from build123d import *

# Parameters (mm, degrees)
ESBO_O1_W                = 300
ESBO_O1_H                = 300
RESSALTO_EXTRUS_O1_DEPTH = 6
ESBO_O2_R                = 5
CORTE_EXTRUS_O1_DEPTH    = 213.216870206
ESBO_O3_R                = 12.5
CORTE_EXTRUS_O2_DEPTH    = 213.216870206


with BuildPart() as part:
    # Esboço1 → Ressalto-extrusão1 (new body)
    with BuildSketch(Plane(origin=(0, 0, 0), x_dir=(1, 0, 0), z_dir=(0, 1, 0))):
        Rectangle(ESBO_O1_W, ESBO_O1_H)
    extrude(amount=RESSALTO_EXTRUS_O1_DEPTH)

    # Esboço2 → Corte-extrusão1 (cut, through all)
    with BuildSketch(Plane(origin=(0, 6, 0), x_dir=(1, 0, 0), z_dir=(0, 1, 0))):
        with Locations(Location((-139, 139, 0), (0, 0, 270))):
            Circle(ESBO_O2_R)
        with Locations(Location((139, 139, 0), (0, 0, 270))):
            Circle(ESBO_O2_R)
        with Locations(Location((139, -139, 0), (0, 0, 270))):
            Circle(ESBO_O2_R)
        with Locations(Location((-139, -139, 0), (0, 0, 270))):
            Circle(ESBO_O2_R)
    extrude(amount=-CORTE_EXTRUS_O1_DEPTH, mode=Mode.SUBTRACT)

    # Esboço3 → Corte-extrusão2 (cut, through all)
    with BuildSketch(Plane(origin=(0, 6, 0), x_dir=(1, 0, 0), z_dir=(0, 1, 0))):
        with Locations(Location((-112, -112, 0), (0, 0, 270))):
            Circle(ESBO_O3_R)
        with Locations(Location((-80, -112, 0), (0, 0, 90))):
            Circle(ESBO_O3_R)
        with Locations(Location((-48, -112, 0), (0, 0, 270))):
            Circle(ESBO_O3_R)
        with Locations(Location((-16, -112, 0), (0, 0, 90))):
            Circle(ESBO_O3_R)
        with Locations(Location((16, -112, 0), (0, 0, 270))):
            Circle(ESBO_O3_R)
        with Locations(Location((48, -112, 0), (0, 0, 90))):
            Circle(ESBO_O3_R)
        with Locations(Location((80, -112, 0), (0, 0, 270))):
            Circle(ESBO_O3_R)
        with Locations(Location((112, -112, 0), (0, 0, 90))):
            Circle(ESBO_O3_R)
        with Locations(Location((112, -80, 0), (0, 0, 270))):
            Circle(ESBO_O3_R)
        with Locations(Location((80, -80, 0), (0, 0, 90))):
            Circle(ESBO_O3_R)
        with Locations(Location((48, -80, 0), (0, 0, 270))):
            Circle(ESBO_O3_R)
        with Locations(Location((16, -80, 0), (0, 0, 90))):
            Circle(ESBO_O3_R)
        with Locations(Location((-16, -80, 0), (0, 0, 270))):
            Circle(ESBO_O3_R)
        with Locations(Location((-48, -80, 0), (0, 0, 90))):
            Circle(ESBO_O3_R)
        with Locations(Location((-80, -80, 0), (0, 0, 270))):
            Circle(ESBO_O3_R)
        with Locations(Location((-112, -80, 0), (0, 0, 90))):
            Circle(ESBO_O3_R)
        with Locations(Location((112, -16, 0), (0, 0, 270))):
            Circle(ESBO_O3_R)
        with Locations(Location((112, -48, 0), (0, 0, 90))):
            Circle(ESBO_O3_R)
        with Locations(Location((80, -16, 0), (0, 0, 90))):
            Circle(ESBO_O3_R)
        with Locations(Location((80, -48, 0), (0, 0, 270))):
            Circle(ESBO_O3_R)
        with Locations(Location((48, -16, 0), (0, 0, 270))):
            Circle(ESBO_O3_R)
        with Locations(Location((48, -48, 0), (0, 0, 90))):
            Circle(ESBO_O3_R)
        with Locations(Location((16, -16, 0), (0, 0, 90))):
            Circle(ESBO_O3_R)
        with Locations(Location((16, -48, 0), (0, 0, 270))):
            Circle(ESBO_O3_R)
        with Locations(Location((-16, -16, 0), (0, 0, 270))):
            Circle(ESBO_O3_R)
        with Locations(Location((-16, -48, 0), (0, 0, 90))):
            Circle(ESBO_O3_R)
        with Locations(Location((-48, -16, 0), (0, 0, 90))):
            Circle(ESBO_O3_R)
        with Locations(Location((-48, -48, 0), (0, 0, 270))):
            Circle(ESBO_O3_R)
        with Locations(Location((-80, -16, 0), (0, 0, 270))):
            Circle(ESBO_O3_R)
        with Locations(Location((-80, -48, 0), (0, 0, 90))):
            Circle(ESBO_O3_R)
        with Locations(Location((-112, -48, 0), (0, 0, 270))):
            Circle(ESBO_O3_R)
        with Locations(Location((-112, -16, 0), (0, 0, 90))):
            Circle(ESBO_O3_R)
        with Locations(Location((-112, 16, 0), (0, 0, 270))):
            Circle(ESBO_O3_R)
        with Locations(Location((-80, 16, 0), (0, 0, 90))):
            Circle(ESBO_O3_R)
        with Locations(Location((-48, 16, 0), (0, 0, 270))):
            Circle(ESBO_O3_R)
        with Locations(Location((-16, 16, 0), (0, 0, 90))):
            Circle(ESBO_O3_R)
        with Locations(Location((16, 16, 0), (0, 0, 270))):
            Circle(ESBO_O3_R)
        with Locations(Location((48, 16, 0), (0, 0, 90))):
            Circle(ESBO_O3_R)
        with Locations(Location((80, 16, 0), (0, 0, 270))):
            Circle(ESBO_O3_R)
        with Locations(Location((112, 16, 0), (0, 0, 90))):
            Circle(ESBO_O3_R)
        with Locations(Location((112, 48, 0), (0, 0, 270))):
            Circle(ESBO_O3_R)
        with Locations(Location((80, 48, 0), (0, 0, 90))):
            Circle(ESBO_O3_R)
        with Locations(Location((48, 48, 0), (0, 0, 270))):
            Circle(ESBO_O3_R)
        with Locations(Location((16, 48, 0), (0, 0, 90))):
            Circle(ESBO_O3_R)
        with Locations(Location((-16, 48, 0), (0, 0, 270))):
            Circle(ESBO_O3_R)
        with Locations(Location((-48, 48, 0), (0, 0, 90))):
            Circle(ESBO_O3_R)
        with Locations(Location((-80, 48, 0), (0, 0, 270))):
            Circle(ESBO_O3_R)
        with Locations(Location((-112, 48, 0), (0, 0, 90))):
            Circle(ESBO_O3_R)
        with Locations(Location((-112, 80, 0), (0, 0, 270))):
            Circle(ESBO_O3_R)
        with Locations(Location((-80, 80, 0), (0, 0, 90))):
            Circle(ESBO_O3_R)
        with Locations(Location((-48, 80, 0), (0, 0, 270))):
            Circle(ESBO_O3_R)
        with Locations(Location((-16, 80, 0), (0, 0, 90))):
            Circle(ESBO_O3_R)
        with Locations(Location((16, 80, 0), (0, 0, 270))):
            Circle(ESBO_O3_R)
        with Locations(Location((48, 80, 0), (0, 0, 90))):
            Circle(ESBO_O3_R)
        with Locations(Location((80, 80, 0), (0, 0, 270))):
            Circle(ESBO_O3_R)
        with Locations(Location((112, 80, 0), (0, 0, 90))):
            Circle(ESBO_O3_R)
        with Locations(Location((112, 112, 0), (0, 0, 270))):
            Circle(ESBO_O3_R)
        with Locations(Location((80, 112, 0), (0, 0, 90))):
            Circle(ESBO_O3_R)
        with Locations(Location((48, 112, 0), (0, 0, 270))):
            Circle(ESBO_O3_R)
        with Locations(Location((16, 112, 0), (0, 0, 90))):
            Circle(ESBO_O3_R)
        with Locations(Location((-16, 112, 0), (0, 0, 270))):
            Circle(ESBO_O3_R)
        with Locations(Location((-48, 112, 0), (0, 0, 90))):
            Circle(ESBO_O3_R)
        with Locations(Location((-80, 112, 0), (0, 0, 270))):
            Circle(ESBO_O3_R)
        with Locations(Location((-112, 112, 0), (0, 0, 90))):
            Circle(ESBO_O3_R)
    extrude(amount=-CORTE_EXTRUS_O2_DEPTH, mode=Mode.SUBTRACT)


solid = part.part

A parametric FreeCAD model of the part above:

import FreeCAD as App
import Part
import Sketcher

V = App.Vector
Q = App.Units.Quantity


def add_polygon(sketch, points):
    """Adds a closed chain of lines whose ends are joined by coincident constraints."""
    first, n = sketch.GeometryCount, len(points)
    for a, b in zip(points, points[1:] + points[:1]):
        sketch.addGeometry(Part.LineSegment(App.Vector(*a, 0), App.Vector(*b, 0)), False)
    for i in range(n):
        sketch.addConstraint(Sketcher.Constraint("Coincident", first + i, 2, first + (i + 1) % n, 1))

doc = App.newDocument("Part")
body = doc.addObject("PartDesign::Body", "Body")

# Sketch on XZ plane
sketch1 = body.newObject("Sketcher::SketchObject", "Sketch")
sketch1.AttachmentSupport = (doc.getObject("XZ_Plane"), [""])
sketch1.MapMode = "FlatFace"
add_polygon(sketch1, [(-150, -150), (-150, 150), (150, 150), (150, -150)])  # lines 0-3
sketch1.addConstraint(Sketcher.Constraint("Vertical", 0))
sketch1.addConstraint(Sketcher.Constraint("Horizontal", 1))
sketch1.addConstraint(Sketcher.Constraint("Vertical", 2))
sketch1.addConstraint(Sketcher.Constraint("Horizontal", 3))
sketch1.addConstraint(Sketcher.Constraint("Symmetric", 0, 2, 2, 2, -1, 1))
sketch1.addConstraint(Sketcher.Constraint("Equal", 3, 0))
sketch1.addConstraint(Sketcher.Constraint("DistanceX", 1, 1, 1, 2, Q("300 mm")))
pad1 = body.newObject("PartDesign::Pad", "Pad")
pad1.Profile = sketch1
pad1.Length = 6
pad1.Reversed = True

# Sketch on XZ plane
sketch2 = body.newObject("Sketcher::SketchObject", "Sketch001")
sketch2.AttachmentSupport = (doc.getObject("XZ_Plane"), [""])
sketch2.MapMode = "FlatFace"
sketch2.AttachmentOffset = App.Placement(V(0, 0, -6), App.Rotation())
sketch2.addGeometry(Part.Circle(V(-139, -139, 0), V(0, 0, 1), 5), False)
sketch2.addGeometry(Part.Circle(V(139, -139, 0), V(0, 0, 1), 5), False)
sketch2.addGeometry(Part.Circle(V(139, 139, 0), V(0, 0, 1), 5), False)
sketch2.addGeometry(Part.Circle(V(-139, 139, 0), V(0, 0, 1), 5), False)
sketch2.addConstraint(Sketcher.Constraint("Equal", 0, 1))
sketch2.addConstraint(Sketcher.Constraint("Equal", 1, 2))
sketch2.addConstraint(Sketcher.Constraint("Equal", 2, 3))
sketch2.addConstraint(Sketcher.Constraint("Symmetric", 0, 3, 2, 3, -1, 1))
sketch2.addConstraint(Sketcher.Constraint("Symmetric", 1, 3, 3, 3, -1, 1))
sketch2.addConstraint(Sketcher.Constraint("Symmetric", 0, 3, 1, 3, -2))
sketch2.addConstraint(Sketcher.Constraint("Diameter", 0, Q("10 mm")))
sketch2.addConstraint(Sketcher.Constraint("DistanceX", 0, 3, -1, 1, Q("139 mm")))
sketch2.addConstraint(Sketcher.Constraint("DistanceY", 0, 3, -1, 1, Q("139 mm")))
pocket1 = body.newObject("PartDesign::Pocket", "Pocket")
pocket1.Profile = sketch2
pocket1.Type = "ThroughAll"
pocket1.Reversed = True

# Sketch on XZ plane
sketch3 = body.newObject("Sketcher::SketchObject", "Sketch002")
sketch3.AttachmentSupport = (doc.getObject("XZ_Plane"), [""])
sketch3.MapMode = "FlatFace"
sketch3.AttachmentOffset = App.Placement(V(0, 0, -6), App.Rotation())
sketch3.addGeometry(Part.Circle(V(-112, 112, 0), V(0, 0, 1), 12), False)
sketch3.addGeometry(Part.Circle(V(-80, 112, 0), V(0, 0, 1), 12), False)
sketch3.addGeometry(Part.Circle(V(-48, 112, 0), V(0, 0, 1), 12), False)
sketch3.addGeometry(Part.Circle(V(-16, 112, 0), V(0, 0, 1), 12), False)
sketch3.addGeometry(Part.Circle(V(16, 112, 0), V(0, 0, 1), 12), False)
sketch3.addGeometry(Part.Circle(V(48, 112, 0), V(0, 0, 1), 12), False)
sketch3.addGeometry(Part.Circle(V(80, 112, 0), V(0, 0, 1), 12), False)
sketch3.addGeometry(Part.Circle(V(112, 112, 0), V(0, 0, 1), 12), False)
sketch3.addGeometry(Part.Circle(V(112, 80, 0), V(0, 0, 1), 12), False)
sketch3.addGeometry(Part.Circle(V(80, 80, 0), V(0, 0, 1), 12), False)
sketch3.addGeometry(Part.Circle(V(48, 80, 0), V(0, 0, 1), 12), False)
sketch3.addGeometry(Part.Circle(V(16, 80, 0), V(0, 0, 1), 12), False)
sketch3.addGeometry(Part.Circle(V(-16, 80, 0), V(0, 0, 1), 12), False)
sketch3.addGeometry(Part.Circle(V(-48, 80, 0), V(0, 0, 1), 12), False)
sketch3.addGeometry(Part.Circle(V(-80, 80, 0), V(0, 0, 1), 12), False)
sketch3.addGeometry(Part.Circle(V(-112, 80, 0), V(0, 0, 1), 12), False)
sketch3.addGeometry(Part.Circle(V(112, 16, 0), V(0, 0, 1), 12), False)
sketch3.addGeometry(Part.Circle(V(112, 48, 0), V(0, 0, 1), 12), False)
sketch3.addGeometry(Part.Circle(V(80, 16, 0), V(0, 0, 1), 12), False)
sketch3.addGeometry(Part.Circle(V(80, 48, 0), V(0, 0, 1), 12), False)
sketch3.addGeometry(Part.Circle(V(48, 16, 0), V(0, 0, 1), 12), False)
sketch3.addGeometry(Part.Circle(V(48, 48, 0), V(0, 0, 1), 12), False)
sketch3.addGeometry(Part.Circle(V(16, 16, 0), V(0, 0, 1), 12), False)
sketch3.addGeometry(Part.Circle(V(16, 48, 0), V(0, 0, 1), 12), False)
sketch3.addGeometry(Part.Circle(V(-16, 16, 0), V(0, 0, 1), 12), False)
sketch3.addGeometry(Part.Circle(V(-16, 48, 0), V(0, 0, 1), 12), False)
sketch3.addGeometry(Part.Circle(V(-48, 16, 0), V(0, 0, 1), 12), False)
sketch3.addGeometry(Part.Circle(V(-48, 48, 0), V(0, 0, 1), 12), False)
sketch3.addGeometry(Part.Circle(V(-80, 16, 0), V(0, 0, 1), 12), False)
sketch3.addGeometry(Part.Circle(V(-80, 48, 0), V(0, 0, 1), 12), False)
sketch3.addGeometry(Part.Circle(V(-112, 48, 0), V(0, 0, 1), 12), False)
sketch3.addGeometry(Part.Circle(V(-112, 16, 0), V(0, 0, 1), 12), False)
sketch3.addGeometry(Part.Circle(V(-112, -16, 0), V(0, 0, 1), 12), False)
sketch3.addGeometry(Part.Circle(V(-80, -16, 0), V(0, 0, 1), 12), False)
sketch3.addGeometry(Part.Circle(V(-48, -16, 0), V(0, 0, 1), 12), False)
sketch3.addGeometry(Part.Circle(V(-16, -16, 0), V(0, 0, 1), 12), False)
sketch3.addGeometry(Part.Circle(V(16, -16, 0), V(0, 0, 1), 12), False)
sketch3.addGeometry(Part.Circle(V(48, -16, 0), V(0, 0, 1), 12), False)
sketch3.addGeometry(Part.Circle(V(80, -16, 0), V(0, 0, 1), 12), False)
sketch3.addGeometry(Part.Circle(V(112, -16, 0), V(0, 0, 1), 12), False)
sketch3.addGeometry(Part.Circle(V(112, -48, 0), V(0, 0, 1), 12), False)
sketch3.addGeometry(Part.Circle(V(80, -48, 0), V(0, 0, 1), 12), False)
sketch3.addGeometry(Part.Circle(V(48, -48, 0), V(0, 0, 1), 12), False)
sketch3.addGeometry(Part.Circle(V(16, -48, 0), V(0, 0, 1), 12), False)
sketch3.addGeometry(Part.Circle(V(-16, -48, 0), V(0, 0, 1), 12), False)
sketch3.addGeometry(Part.Circle(V(-48, -48, 0), V(0, 0, 1), 12), False)
sketch3.addGeometry(Part.Circle(V(-80, -48, 0), V(0, 0, 1), 12), False)
sketch3.addGeometry(Part.Circle(V(-112, -48, 0), V(0, 0, 1), 12), False)
sketch3.addGeometry(Part.Circle(V(-112, -80, 0), V(0, 0, 1), 12), False)
sketch3.addGeometry(Part.Circle(V(-80, -80, 0), V(0, 0, 1), 12), False)
sketch3.addGeometry(Part.Circle(V(-48, -80, 0), V(0, 0, 1), 12), False)
sketch3.addGeometry(Part.Circle(V(-16, -80, 0), V(0, 0, 1), 12), False)
sketch3.addGeometry(Part.Circle(V(16, -80, 0), V(0, 0, 1), 12), False)
sketch3.addGeometry(Part.Circle(V(48, -80, 0), V(0, 0, 1), 12), False)
sketch3.addGeometry(Part.Circle(V(80, -80, 0), V(0, 0, 1), 12), False)
sketch3.addGeometry(Part.Circle(V(112, -80, 0), V(0, 0, 1), 12), False)
sketch3.addGeometry(Part.Circle(V(112, -112, 0), V(0, 0, 1), 12), False)
sketch3.addGeometry(Part.Circle(V(80, -112, 0), V(0, 0, 1), 12), False)
sketch3.addGeometry(Part.Circle(V(48, -112, 0), V(0, 0, 1), 12), False)
sketch3.addGeometry(Part.Circle(V(16, -112, 0), V(0, 0, 1), 12), False)
sketch3.addGeometry(Part.Circle(V(-16, -112, 0), V(0, 0, 1), 12), False)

= = = = = = =

Scan the material above for the word "extrude", and copy each line where it appears.

### Expected answer
    extrude(amount=RESSALTO_EXTRUS_O1_DEPTH)
    extrude(amount=-CORTE_EXTRUS_O1_DEPTH, mode=Mode.SUBTRACT)
    extrude(amount=-CORTE_EXTRUS_O2_DEPTH, mode=Mode.SUBTRACT)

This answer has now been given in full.